_WHAT THE TASK ASKS_
With the material below, print exactly the lines between the line holding "e4 v2 v4 LINE" and the line holding "e7 v8 v7 LINE", inclusive. Add nothing else.

_STUDY MATERIAL_
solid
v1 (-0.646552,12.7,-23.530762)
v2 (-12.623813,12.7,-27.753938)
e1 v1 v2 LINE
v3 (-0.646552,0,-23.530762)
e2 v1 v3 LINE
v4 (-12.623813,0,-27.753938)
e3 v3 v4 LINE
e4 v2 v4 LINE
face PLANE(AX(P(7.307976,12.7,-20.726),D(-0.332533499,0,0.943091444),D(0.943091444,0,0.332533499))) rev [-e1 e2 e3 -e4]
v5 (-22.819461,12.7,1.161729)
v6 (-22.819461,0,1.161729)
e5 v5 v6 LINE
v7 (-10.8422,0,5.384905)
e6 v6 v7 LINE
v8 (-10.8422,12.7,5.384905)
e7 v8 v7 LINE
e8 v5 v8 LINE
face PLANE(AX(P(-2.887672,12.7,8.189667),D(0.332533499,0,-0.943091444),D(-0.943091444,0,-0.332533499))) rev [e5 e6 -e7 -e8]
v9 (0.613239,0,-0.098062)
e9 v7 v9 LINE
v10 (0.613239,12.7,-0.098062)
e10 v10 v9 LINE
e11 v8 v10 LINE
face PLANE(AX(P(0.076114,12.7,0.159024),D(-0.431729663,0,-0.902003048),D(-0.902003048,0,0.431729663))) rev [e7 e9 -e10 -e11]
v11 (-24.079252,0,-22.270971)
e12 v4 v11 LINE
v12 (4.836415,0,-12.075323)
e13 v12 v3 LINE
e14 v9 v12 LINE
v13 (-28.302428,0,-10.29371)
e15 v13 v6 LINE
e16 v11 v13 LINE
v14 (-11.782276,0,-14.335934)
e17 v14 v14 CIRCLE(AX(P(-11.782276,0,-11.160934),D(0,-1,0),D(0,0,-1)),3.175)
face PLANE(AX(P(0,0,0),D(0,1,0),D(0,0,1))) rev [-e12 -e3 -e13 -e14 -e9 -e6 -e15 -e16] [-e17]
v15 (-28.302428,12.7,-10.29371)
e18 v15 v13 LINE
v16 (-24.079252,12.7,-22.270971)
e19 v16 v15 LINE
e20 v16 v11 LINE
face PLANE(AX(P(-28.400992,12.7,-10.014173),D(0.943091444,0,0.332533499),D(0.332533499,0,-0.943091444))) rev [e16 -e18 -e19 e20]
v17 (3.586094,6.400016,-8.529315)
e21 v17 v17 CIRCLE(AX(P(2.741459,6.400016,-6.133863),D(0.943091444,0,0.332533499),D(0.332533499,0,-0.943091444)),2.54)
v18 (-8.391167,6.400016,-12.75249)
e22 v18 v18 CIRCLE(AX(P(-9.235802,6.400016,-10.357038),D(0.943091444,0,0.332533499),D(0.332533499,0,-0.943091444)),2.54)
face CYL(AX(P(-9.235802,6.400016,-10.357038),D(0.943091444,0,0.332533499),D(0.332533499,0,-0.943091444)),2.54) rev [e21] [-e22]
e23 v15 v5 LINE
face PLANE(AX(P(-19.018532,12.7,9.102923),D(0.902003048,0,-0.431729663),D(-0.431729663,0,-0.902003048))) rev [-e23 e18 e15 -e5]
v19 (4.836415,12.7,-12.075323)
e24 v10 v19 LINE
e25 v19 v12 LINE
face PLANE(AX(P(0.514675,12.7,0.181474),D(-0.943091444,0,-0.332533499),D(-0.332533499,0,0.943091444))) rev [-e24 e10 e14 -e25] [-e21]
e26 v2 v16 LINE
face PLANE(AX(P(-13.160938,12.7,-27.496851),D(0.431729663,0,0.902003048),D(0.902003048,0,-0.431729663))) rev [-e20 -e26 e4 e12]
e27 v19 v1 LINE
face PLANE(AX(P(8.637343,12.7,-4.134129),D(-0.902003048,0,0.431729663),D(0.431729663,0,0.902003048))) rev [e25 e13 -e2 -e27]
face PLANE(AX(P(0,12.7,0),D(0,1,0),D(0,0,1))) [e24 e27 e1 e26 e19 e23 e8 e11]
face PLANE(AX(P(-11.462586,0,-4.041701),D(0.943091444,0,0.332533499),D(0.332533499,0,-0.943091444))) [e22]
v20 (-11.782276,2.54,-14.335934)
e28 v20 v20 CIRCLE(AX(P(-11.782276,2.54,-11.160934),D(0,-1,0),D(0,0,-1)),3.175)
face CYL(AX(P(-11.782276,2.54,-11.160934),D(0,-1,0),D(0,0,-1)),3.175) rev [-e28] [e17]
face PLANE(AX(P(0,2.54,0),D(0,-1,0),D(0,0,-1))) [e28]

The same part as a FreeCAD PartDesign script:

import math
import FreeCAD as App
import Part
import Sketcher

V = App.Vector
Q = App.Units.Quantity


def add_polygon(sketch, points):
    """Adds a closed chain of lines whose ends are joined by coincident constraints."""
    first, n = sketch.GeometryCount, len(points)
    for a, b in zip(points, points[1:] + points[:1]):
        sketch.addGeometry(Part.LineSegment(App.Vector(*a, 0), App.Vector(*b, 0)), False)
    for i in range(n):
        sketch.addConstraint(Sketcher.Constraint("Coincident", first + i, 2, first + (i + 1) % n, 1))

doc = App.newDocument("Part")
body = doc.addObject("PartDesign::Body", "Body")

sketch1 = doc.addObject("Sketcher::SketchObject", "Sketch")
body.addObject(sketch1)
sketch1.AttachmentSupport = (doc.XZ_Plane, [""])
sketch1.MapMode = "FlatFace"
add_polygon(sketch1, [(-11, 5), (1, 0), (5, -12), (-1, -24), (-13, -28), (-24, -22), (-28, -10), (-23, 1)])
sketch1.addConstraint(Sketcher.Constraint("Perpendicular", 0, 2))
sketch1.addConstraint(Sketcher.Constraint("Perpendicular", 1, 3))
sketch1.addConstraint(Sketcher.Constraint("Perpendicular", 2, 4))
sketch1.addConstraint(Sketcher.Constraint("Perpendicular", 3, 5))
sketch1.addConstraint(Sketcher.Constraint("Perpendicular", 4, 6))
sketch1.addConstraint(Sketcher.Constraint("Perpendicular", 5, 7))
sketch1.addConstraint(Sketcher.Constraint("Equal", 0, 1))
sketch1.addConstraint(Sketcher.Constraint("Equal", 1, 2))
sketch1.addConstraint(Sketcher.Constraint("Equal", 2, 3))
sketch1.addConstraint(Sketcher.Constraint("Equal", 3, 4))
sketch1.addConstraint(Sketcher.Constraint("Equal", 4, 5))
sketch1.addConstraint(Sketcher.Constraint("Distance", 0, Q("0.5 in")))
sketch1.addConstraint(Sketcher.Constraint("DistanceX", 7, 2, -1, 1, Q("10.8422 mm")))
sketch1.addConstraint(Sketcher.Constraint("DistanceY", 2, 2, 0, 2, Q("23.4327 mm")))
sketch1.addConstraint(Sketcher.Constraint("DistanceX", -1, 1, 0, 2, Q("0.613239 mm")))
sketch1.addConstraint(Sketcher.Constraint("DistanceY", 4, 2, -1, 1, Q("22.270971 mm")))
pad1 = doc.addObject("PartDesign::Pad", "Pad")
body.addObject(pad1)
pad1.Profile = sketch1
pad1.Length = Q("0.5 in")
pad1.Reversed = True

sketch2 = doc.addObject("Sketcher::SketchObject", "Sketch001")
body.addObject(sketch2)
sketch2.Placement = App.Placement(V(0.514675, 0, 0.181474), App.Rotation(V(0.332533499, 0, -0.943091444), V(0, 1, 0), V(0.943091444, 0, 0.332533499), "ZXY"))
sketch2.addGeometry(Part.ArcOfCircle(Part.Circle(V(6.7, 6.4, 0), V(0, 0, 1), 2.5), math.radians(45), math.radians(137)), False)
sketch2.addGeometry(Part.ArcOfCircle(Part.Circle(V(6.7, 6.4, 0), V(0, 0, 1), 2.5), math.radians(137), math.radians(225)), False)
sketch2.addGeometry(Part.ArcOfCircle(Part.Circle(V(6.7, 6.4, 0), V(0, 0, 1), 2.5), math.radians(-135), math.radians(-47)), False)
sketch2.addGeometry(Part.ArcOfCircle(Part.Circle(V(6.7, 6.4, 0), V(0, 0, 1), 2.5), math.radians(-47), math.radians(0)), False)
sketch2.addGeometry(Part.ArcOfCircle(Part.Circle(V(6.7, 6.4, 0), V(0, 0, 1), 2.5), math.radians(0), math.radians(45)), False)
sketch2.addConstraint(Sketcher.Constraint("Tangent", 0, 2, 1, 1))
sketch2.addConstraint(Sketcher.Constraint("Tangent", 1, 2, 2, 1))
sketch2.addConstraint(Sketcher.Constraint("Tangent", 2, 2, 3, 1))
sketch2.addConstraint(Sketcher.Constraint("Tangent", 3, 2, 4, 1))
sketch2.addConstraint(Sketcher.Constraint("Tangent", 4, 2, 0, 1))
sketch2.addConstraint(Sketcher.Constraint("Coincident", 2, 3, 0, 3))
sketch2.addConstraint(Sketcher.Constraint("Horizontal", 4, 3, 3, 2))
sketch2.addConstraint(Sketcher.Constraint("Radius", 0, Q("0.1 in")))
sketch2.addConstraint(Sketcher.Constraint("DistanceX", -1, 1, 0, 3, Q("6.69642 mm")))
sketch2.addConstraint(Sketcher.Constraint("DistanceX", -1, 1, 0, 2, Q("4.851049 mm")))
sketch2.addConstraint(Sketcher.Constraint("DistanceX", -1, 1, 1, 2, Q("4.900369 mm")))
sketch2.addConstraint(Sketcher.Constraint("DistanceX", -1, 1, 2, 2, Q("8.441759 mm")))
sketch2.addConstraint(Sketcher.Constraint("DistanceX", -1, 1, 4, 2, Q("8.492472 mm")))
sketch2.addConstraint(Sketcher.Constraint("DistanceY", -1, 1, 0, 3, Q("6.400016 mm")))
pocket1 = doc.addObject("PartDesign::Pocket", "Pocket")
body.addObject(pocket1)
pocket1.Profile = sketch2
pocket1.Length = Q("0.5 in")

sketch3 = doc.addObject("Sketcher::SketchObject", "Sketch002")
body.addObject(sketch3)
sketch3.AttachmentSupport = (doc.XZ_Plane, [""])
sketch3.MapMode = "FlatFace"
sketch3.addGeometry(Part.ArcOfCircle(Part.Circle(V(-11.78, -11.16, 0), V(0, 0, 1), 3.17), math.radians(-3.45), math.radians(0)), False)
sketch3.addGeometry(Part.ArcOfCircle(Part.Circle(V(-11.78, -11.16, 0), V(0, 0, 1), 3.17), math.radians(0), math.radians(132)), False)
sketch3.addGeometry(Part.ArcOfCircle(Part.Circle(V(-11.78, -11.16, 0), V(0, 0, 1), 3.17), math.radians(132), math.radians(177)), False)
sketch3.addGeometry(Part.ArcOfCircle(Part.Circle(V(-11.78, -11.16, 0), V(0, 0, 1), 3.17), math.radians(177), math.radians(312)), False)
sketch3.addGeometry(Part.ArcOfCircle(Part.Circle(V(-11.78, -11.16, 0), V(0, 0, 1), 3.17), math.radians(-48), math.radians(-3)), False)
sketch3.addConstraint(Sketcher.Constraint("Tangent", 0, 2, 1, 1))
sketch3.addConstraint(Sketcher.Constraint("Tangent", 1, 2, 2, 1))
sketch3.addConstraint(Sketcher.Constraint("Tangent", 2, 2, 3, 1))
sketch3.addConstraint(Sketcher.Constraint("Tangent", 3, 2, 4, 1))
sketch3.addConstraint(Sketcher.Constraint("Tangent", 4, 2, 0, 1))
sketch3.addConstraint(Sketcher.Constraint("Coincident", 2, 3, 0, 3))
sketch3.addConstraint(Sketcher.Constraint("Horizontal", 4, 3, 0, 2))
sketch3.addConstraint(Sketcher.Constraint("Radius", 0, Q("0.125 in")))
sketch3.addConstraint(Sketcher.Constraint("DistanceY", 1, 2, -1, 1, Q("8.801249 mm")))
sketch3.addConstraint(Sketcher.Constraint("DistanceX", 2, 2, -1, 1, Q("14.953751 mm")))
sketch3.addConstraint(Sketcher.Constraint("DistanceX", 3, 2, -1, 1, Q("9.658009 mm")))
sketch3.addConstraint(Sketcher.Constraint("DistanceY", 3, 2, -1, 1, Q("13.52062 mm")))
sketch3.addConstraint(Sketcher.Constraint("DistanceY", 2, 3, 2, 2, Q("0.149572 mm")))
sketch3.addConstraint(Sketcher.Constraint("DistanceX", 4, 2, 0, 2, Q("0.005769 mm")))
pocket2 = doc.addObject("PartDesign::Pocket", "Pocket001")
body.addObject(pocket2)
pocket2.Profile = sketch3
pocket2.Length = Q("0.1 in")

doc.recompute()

---

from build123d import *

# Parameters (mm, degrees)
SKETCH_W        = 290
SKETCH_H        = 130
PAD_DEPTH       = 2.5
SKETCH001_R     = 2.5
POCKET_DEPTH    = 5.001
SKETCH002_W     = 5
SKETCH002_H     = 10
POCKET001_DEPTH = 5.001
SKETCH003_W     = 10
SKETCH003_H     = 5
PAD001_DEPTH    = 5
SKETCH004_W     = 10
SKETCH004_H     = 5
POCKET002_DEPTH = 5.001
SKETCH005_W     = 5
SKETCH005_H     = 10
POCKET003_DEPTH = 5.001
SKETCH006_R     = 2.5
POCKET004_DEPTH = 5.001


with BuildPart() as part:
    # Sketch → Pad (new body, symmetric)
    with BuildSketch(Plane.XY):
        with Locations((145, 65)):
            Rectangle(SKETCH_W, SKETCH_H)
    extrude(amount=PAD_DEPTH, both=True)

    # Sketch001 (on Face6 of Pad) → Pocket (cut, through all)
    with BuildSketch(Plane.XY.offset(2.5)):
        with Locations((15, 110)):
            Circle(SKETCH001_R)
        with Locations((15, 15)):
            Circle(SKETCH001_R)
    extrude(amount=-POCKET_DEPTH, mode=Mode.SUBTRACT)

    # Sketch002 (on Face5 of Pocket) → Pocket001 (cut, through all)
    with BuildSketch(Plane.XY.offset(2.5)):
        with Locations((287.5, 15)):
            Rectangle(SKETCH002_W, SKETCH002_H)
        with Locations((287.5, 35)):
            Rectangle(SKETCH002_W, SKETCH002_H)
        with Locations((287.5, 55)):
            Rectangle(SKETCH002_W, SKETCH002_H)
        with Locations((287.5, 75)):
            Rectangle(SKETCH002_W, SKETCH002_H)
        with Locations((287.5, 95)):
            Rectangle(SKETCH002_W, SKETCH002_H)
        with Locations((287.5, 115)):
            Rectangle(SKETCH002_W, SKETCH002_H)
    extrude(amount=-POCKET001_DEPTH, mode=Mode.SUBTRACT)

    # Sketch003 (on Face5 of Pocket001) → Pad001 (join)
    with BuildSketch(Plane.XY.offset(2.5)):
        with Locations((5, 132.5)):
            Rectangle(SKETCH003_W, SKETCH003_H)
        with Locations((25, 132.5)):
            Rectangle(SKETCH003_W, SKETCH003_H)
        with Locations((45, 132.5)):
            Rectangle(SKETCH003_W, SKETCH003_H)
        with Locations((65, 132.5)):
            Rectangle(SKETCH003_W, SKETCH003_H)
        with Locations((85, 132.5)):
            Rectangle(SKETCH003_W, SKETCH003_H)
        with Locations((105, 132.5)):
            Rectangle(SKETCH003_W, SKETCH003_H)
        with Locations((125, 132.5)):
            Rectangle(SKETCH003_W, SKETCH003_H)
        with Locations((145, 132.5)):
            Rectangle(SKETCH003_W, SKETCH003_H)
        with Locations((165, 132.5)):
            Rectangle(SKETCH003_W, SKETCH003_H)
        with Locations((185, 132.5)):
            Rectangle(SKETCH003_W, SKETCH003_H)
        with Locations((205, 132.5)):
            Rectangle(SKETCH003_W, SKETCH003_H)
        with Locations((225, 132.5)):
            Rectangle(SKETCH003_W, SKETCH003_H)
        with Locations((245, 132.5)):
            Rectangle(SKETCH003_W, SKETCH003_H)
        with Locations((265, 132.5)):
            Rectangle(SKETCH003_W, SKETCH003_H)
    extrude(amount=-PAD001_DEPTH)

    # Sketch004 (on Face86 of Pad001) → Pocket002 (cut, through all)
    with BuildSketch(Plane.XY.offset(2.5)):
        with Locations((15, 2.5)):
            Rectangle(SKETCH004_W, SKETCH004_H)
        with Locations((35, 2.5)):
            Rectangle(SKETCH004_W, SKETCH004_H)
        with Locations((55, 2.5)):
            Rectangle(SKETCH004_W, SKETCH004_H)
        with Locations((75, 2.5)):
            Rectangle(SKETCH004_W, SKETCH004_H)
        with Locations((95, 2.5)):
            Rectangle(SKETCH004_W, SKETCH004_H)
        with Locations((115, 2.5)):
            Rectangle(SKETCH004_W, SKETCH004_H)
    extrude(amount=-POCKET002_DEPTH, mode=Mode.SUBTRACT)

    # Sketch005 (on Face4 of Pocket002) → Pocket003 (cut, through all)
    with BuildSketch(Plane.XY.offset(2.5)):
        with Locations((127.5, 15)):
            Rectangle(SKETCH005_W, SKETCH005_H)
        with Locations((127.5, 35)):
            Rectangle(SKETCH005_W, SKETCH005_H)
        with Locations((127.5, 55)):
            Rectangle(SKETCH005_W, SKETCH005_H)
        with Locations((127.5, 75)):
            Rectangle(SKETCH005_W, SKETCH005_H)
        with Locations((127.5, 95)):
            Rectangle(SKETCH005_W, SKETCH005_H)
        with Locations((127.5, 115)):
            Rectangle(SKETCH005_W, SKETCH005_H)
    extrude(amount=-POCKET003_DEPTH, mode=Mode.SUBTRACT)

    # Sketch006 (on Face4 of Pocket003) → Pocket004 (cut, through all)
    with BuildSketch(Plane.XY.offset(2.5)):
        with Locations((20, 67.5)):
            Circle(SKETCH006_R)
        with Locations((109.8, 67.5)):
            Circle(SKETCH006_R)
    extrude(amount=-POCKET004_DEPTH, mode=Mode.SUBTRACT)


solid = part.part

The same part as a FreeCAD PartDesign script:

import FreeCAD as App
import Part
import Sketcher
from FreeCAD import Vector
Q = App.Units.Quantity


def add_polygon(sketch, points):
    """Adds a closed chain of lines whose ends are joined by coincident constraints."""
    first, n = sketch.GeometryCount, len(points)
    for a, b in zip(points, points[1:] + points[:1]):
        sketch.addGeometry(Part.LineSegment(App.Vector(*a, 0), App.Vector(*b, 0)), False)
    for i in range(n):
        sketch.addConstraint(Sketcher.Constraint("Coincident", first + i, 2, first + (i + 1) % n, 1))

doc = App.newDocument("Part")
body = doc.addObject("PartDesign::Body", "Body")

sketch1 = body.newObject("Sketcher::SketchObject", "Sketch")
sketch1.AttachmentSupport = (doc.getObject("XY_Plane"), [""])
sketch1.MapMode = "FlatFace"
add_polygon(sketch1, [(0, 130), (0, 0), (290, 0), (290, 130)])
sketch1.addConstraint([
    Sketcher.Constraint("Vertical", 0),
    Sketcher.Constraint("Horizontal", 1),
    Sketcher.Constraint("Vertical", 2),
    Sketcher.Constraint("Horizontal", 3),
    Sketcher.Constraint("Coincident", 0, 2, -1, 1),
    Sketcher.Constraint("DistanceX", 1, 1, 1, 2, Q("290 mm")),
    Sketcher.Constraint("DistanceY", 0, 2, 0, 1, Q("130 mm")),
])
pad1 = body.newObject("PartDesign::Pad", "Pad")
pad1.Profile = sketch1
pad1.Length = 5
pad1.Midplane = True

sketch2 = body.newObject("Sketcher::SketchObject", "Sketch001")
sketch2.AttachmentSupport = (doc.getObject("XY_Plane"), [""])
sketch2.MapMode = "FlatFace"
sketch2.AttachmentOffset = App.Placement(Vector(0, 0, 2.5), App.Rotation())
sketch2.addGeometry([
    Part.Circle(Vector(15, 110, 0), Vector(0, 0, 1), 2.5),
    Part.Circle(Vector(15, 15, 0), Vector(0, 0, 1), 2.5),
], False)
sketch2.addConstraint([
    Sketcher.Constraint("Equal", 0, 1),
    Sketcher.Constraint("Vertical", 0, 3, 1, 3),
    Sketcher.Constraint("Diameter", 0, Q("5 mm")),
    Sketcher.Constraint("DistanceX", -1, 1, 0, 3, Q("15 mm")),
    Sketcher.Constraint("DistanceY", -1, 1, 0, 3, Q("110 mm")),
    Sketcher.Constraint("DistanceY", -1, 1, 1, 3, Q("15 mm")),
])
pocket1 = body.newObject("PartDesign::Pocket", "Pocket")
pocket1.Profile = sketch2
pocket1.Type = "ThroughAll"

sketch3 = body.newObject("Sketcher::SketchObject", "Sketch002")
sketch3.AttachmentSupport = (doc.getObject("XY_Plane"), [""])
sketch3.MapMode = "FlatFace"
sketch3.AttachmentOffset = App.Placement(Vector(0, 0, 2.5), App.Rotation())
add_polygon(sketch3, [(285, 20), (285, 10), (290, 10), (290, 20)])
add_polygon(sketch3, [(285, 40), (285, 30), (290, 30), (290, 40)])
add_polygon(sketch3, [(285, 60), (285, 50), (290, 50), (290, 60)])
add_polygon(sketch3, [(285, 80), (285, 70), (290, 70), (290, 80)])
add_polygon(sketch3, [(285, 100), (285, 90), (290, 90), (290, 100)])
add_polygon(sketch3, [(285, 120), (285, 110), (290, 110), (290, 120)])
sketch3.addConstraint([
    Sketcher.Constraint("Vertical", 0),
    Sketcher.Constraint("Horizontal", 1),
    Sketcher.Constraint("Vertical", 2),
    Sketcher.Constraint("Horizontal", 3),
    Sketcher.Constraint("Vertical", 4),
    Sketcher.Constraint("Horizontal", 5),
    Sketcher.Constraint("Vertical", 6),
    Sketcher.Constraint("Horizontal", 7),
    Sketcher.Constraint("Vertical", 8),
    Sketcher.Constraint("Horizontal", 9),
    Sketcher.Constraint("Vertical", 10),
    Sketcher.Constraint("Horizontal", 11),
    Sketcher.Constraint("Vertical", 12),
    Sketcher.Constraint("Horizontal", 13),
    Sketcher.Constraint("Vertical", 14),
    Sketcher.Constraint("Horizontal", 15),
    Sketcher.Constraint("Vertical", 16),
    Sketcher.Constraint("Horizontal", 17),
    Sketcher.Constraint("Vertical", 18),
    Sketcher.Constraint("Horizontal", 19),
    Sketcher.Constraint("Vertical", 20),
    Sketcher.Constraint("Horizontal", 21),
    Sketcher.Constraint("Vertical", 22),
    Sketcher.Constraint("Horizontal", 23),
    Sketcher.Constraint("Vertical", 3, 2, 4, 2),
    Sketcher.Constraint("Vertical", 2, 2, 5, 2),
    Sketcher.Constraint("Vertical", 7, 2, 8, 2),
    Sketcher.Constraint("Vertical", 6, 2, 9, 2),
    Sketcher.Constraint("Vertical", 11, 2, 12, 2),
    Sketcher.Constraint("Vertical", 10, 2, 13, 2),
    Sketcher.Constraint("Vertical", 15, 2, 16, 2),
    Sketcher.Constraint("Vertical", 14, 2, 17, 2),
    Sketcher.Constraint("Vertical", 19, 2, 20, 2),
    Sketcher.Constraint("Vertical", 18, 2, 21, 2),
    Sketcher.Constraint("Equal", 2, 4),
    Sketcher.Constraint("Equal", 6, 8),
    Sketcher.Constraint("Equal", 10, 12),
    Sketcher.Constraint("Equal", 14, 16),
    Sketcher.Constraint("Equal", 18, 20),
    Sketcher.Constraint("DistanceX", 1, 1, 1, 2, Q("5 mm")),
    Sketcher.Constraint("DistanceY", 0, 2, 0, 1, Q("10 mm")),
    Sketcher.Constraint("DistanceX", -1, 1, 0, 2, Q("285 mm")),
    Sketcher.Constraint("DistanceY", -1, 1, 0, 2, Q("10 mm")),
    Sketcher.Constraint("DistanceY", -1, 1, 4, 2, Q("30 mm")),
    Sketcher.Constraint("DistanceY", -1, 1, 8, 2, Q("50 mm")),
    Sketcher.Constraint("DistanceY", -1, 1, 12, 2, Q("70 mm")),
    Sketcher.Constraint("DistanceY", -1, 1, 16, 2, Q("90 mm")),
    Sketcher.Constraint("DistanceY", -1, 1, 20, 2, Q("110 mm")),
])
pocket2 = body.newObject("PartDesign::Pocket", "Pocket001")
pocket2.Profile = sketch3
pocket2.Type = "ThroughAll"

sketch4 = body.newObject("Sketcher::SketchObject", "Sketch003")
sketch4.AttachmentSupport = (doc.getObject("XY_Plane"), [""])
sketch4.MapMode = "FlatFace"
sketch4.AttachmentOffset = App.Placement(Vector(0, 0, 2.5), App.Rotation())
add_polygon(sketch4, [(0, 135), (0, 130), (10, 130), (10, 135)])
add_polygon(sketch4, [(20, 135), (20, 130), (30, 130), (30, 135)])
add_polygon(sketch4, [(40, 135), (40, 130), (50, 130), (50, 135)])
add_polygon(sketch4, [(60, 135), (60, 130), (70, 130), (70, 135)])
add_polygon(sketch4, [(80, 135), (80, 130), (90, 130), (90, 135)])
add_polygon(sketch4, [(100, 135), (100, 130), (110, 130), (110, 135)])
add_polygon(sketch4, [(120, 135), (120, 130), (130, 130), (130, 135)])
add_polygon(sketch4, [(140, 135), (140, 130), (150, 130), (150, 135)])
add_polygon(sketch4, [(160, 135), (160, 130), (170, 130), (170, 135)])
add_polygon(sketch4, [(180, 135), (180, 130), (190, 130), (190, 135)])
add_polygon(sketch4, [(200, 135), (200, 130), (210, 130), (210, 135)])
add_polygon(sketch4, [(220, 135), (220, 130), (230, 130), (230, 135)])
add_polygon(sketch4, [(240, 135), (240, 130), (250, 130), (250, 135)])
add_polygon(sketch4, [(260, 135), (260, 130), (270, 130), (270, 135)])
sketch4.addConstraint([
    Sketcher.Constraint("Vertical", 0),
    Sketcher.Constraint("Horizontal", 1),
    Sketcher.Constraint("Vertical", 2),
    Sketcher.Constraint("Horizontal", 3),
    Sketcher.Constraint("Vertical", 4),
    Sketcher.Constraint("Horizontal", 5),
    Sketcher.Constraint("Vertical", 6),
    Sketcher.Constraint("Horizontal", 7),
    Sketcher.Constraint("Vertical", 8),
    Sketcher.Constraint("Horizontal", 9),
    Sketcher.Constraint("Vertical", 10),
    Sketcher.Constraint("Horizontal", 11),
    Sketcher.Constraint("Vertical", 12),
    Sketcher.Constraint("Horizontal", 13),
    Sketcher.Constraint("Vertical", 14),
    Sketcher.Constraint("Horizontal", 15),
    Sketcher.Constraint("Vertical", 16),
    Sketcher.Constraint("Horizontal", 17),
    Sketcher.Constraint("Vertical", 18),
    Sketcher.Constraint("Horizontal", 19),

_RESPONSE TO THIS EXERCISE_
e4 v2 v4 LINE
face PLANE(AX(P(7.307976,12.7,-20.726),D(-0.332533499,0,0.943091444),D(0.943091444,0,0.332533499))) rev [-e1 e2 e3 -e4]
v5 (-22.819461,12.7,1.161729)
v6 (-22.819461,0,1.161729)
e5 v5 v6 LINE
v7 (-10.8422,0,5.384905)
e6 v6 v7 LINE
v8 (-10.8422,12.7,5.384905)
e7 v8 v7 LINE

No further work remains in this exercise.